Across The Border

Riskier investment likely by China’s insurers

Analysts expect the trend to continue in the next 12 to 18 months

PUBLISHED : Tuesday, 14 February, 2017, 3:32pm
UPDATED : Tuesday, 14 February, 2017, 10:14pm

A low interest rate environment is pushing Chinese life insurers towards riskier asset allocations to support their business growth and investment returns.

While as their exposure to single-name investees in the banking and property sector grows, the risks they face are also enlarging.

Chen Wenhui, vice chairman of the China Insurance Regulatory Commission (CIRC), told a gathering of top insurance executives last week in Guangzhou to expect a “very difficult” 2017 when it comes to investing in insurance funds.

“Political and economic uncertainty is rising globally, with black-swan events happening from time to time…while China is still facing relatively high downward pressure for the economy, the low-interest rate environment will last for some time yet,” he said.

“Short-term liquidity risks facing some small- and medium-sized insurance companies should be kept under close scrutiny, while risks stemming from the bond market are also alarming,” he added.

According to the CIRC data, the industry’s investment yield dropped to 3.95 per cent at the end-September 2016, down nearly 2 percentage points from the previous year.

On the other hand, insurance companies are competing to offer higher return to policyholders, and that has pushed then away from traditional bond investments that have seen returns decline, while default risk continues rising.

“Riskier investments, which including equities, accounted for 49 per cent of the industry’s invested assets at the end of November 2016, up from 27 per cent from the end of 2013,” said a report issued by Moody’s on Monday.

“Insurers are also increasingly taking on large single-name exposures rather than a portfolio approach, in particular in the banking and properties sectors,” the Moody’s report said.
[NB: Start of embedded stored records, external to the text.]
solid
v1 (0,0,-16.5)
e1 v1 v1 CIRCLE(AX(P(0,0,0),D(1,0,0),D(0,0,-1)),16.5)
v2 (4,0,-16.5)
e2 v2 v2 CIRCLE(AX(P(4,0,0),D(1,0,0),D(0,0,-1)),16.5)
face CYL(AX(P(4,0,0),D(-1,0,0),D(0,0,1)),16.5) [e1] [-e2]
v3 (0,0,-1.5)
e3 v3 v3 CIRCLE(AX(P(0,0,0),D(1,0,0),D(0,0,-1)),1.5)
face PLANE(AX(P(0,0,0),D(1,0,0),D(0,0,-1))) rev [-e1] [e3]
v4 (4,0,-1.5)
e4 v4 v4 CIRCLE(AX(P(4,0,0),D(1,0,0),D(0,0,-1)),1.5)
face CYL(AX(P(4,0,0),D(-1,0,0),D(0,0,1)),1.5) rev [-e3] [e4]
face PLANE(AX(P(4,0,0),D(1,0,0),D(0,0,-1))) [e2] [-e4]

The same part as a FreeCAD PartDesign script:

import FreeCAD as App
import Part
import Sketcher
from FreeCAD import Vector

doc = App.newDocument("Part")
body = doc.addObject("PartDesign::Body", "Body")

# Sketch on YZ plane
sketch1 = body.newObject("Sketcher::SketchObject", "Sketch")
sketch1.AttachmentSupport = (doc.getObject("YZ_Plane"), [""])
sketch1.MapMode = "FlatFace"
sketch1.addGeometry([
    Part.Circle(Vector(0, 0, 0), Vector(0, 0, 1), 16.5),
    Part.Circle(Vector(0, 0, 0), Vector(0, 0, 1), 1.5),
], False)
sketch1.addConstraint([
    Sketcher.Constraint("Coincident", 0, 3, -1, 1),
    Sketcher.Constraint("Coincident", 1, 3, -1, 1),
    Sketcher.Constraint("Diameter", 0, 33.0),
    Sketcher.Constraint("Diameter", 1, 3.0),
])
pad1 = body.newObject("PartDesign::Pad", "Pad")
pad1.Profile = sketch1
pad1.Length = 4

doc.recompute()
According to official industry figures, at the end of September 2016, China Life held a 43.7 per cent stake in China Guangfa Bank, 4.1 per cent stake of Postal Saving Bank of China, while 30 per cent in Sino-Ocean Group Holding Limited.

Anbang Life Insurance had a 6.5 per cent stake in Minsheng Bank, and a 14.6 per cent holding in the real estate firm Gemdale Corporation.

Analysts with the rating agency say the shift in direction is pressuring four key rating factors of the insurance industry: asset quality, capital adequacy, profitability and liquidity.

“Insurers will face increasing concentration risk to certain industries and single-name entities through their sizable equity stakes...On the other hand, their rising exposure to project debt schemes, asset management products and trust plans will heighten their credit risk,” the report said.

In late January, the CIRC introduced a new set of rules that restrict equity investment by insurance companies. According to the new regulations, any equity stakes purchase exceeding 5 per cent of a listed company’s total shareholdings must be reported to the regulator, in addition to making a stock exchange filing.

The regulatory move has mitigated the cut-throat competition among life insurers, and thus could bring down the liability costs of insurance companies
Huang Jie, an analyst with China Insurance Regulatory Commission

Huang Jie, an analyst with CICC, said the regulator had been taken moves since late last year to restrict insurers from issuing high-return universal life insurance policies, while also setting up stricter requirements to regulate their investment behaviours.

“The regulatory move has mitigated the cut-throat competition among life insurers, and thus could bring down the liability costs of insurance companies,” she said.

Moody’s said in the report the trend by insurers’ to move into risky assets would last for the next 12 to 18 months for insurers’.

“The current low interest rate environment and a lack of depth in the local corporate bond market will continue to provide strong economic incentives for higher equity allocations.

“Industry-wide, current equity allocation is only around 14 per cent, which suggests that most insurers can still add to their equity holdings comfortably without breaching the 30 per cent regulatory cap,” the report said.

Besides equity investment, a larger portion of life insurers’ investment has flown to project debt schemes, asset management products and other alternative investment vehicles such as trust plans, and investment properties, which include investments in retirement home projects.

These investment, together with long-term equity investment, is defined as “other investments” by the CIRC, and

accounted for 35 per cent of the industry’s invested assets at end-November 2016, compared to 17 per cent at end-2013.

The shift in asset classes has come at the expense of investments in bonds and cash equivalents, which dropped to 51 per cent from 72 per cent over the same period.

China’s insurance premiums have shown a steady average annual increase of 16.8 per cent since 2011. The country overtook Japan as the world’s second largest insurance market by premium in 2016, having jumped from sixth, surpassing Germany, France and Britain within three years. The US still takes the top spot.